Can a participant file his or her taxes timely and still roll over the QPLO by the extended return due date, even if s/he did not apply for an extension? Yes! Under the handy-dandy extension rules of Treasury Reg. § 301.9100-2(b), participants get an automatic six-month extension to fund the repayment of the QPLO after the unextended tax return due date, provided that (i) the individual’s return was filed timely for the year the election should have been made; and (ii) the individual makes the necessary deposit within that six-month extension period. In other words, the employee will have 9½ months after the end of the plan year in which s/he receives a loan offset to get the amount redeposited to an IRA, even if the employee chooses not to file for a tax extension.

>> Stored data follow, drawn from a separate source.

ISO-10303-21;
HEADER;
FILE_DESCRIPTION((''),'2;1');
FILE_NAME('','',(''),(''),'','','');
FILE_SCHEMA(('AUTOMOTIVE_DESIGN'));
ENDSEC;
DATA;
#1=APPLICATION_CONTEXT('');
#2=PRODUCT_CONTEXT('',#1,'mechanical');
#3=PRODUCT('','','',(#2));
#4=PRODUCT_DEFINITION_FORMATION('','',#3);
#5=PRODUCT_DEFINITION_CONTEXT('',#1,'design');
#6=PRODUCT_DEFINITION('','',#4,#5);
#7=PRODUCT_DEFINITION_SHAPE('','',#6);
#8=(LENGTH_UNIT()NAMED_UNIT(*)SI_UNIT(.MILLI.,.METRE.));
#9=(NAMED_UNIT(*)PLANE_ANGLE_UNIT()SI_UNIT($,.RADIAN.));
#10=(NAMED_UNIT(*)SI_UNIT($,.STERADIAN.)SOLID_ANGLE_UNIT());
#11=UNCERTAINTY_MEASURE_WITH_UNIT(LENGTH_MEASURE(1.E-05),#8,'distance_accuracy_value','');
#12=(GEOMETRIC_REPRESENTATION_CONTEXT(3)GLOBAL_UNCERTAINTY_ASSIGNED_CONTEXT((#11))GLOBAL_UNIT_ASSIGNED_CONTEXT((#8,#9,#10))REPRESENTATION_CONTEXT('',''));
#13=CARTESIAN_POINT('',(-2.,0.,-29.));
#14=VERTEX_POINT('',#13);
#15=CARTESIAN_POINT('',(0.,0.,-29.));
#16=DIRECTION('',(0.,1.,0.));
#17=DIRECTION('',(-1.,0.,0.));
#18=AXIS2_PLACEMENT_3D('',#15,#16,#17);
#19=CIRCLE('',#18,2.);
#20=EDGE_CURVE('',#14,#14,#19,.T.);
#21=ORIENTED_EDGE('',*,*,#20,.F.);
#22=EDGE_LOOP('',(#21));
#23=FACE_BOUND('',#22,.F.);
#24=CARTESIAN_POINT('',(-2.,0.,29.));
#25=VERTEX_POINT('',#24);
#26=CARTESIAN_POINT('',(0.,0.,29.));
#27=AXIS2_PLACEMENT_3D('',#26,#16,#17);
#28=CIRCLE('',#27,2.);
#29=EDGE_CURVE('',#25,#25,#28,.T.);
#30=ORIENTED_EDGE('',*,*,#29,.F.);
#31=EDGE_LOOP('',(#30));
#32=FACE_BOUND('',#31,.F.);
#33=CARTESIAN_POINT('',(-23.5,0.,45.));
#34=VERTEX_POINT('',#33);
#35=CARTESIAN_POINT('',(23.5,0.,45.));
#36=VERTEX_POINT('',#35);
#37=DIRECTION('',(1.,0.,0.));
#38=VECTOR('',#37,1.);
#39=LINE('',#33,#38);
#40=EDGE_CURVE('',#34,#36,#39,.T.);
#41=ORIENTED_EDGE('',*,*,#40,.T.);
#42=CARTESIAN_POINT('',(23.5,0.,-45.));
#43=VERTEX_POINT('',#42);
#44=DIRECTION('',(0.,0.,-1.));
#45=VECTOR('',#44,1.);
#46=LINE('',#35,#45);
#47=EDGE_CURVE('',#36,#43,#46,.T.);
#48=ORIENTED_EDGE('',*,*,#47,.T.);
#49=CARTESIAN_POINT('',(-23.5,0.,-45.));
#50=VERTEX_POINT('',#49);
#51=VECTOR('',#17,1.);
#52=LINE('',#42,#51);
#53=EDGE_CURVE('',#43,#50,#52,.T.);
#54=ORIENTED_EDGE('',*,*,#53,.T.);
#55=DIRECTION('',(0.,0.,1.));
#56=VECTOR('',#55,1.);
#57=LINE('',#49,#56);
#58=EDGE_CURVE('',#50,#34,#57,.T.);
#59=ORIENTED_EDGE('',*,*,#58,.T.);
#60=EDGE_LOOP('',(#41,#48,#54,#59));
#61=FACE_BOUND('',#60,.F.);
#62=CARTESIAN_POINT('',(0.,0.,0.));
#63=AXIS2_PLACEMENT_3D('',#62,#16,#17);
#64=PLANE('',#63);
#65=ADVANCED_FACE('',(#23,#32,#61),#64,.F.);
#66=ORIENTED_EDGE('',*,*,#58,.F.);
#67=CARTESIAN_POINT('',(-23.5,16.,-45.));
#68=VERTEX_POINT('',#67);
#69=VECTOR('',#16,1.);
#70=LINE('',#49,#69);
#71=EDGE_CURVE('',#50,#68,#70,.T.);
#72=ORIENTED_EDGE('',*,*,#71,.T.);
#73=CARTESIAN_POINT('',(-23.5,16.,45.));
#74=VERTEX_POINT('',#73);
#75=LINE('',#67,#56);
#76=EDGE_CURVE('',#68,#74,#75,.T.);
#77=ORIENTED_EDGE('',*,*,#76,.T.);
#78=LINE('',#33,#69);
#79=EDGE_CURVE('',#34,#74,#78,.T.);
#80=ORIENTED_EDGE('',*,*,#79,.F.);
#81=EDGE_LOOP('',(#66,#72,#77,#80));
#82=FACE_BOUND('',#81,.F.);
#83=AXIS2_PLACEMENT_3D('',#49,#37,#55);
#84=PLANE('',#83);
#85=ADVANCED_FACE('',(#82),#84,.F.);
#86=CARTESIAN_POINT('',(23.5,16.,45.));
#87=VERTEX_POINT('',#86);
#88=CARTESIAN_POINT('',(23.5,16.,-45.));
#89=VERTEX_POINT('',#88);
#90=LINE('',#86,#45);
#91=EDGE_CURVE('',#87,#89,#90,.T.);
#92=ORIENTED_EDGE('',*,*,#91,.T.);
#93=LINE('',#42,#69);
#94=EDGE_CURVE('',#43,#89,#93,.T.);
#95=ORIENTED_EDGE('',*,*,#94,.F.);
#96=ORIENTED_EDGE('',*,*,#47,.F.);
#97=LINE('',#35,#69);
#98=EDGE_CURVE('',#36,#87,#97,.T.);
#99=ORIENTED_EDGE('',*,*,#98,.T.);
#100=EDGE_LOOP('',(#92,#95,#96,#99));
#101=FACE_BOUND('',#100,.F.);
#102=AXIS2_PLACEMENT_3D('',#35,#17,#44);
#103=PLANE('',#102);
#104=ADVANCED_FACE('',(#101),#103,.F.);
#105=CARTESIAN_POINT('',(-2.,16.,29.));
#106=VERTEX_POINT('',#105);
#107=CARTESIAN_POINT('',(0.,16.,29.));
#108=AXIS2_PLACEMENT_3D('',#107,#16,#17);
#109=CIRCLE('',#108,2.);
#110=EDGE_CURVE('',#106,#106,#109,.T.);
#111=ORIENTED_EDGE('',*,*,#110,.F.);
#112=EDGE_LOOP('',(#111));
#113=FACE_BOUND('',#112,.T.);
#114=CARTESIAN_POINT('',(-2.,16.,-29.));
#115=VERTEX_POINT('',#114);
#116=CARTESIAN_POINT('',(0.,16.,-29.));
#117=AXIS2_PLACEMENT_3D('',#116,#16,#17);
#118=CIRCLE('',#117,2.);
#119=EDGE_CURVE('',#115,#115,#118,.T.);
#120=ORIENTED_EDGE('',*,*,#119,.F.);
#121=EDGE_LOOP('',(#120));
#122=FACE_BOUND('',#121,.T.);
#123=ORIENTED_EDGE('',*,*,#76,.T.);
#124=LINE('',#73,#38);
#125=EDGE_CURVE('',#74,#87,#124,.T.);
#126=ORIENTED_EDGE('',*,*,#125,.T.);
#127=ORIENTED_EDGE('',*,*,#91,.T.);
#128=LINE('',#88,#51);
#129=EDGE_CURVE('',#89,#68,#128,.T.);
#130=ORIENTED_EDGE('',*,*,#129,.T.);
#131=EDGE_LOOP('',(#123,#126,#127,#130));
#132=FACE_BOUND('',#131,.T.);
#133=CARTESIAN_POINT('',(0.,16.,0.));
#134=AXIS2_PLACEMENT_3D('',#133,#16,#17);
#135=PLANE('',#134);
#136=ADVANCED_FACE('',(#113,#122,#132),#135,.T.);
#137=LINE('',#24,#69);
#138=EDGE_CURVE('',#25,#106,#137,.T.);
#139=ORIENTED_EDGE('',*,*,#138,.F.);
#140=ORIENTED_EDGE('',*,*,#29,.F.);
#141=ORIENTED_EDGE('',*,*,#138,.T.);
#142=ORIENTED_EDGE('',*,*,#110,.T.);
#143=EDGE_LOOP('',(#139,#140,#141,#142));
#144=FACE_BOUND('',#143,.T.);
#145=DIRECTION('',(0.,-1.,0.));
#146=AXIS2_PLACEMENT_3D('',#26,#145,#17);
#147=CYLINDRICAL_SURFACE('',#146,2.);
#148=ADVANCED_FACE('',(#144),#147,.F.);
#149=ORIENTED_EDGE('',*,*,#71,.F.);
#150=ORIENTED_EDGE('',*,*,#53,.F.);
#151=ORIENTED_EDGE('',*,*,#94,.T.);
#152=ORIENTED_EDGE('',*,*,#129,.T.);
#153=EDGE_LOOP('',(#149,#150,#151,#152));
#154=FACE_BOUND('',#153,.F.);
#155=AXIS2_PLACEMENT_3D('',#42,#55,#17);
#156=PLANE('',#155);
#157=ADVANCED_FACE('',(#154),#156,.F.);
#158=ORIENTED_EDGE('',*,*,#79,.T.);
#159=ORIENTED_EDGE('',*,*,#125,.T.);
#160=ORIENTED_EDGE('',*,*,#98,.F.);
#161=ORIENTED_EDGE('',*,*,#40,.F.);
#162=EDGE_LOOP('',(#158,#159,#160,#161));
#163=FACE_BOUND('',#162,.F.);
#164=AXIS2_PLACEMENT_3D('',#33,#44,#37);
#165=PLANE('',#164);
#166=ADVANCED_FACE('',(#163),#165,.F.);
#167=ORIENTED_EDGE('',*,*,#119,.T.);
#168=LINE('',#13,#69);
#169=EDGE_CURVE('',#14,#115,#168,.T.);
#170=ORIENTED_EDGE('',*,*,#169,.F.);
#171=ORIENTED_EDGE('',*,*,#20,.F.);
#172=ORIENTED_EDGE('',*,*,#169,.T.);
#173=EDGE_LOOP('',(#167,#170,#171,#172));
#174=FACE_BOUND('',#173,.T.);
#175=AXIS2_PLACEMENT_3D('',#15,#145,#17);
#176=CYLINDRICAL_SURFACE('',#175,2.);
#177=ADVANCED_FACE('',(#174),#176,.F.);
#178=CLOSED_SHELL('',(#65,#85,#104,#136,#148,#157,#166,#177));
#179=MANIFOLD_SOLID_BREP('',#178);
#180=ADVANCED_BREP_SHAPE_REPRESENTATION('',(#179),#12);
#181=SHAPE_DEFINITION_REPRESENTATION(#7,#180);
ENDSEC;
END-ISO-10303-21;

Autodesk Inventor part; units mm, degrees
ref_plane "YZ Plane" through (0, 0, 0) normal (1, 0, 0) x (0, 1, 0)
ref_plane "XZ Plane" through (0, 0, 0) normal (0, 1, 0) x (-1, 0, 0)
ref_plane "XY Plane" through (0, 0, 0) normal (0, 0, 1) x (1, 0, 0)
sketch "bat_base" plane through (0, 0, 0) normal (0, 1, 0) x (-1, 0, 0)
  line L0 (23.5, 45) -> (-23.5, 45)
  line L1 (-23.5, 45) -> (-23.5, -45)
  line L2 (-23.5, -45) -> (23.5, -45)
  line L3 (23.5, -45) -> (23.5, 45)
  circle A0 centre (0, 29) radius 2
  circle A1 centre (0, -29) radius 2
  point P0 (0, 0)
  point P1 (-23.5, 0)
  point P2 (0, -45)
  point P3 (0, 45)
  dimension "d0" = 47
  dimension "d1" = 90
  dimension "d2" = 4
  dimension "d3" = 16
  dimension "d4" = 4
  dimension "d5" = 16
extrude "bat_block" add sketch "bat_base" along normal blind 16
properties part number "battery_case"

Here’s the danger of filing taxes timely in anticipation of repayment within the six-month extension period. Let’s say Joe Taxpayer was laid off from his job in June 2020, and ends up with a loan offset. When it comes time to pay his taxes in April 2021, Joe is feeling really confident that he can repay the loan offset amount by October 15, 2021. But, when that time comes, either Joe can’t come up with the money or simply forgets about it. Now, Joe has an understated tax return, which could lead to a love letter from the IRS (with the application of interest and perhaps underpayment penalties) or, even worse, an up-close and personal visit from an IRS auditor. It is probably better to just file the extension and know the score before the tax return is filed.
This guidance, published August 20, 2020, also provides coding information for Form 1099-R. For a plan loan offset amount, an administrator would normally use a Code L for deemed distribution in box 7. If the transaction will be a QPLO, the coding changes to a Code M in box 7. The instructions to the 2020 Form 1099R clarify that the Code M attests to the fact that the loan was due to the termination of the plan or the participant’s loan default as a result of his or her termination of employment. In other words, whether the participant actually completes the rollover is not relevant to this coding.
It’s All Downhill from Here
As September 30 approaches and the federal agencies come to the end of the federal fiscal year, we can expect more guidance to be released in the coming weeks. With December 31 only a scant few months away and new things coming in 2021, you can clean off those reading glasses. If the past prolific nine months are any indication, there is much more to come!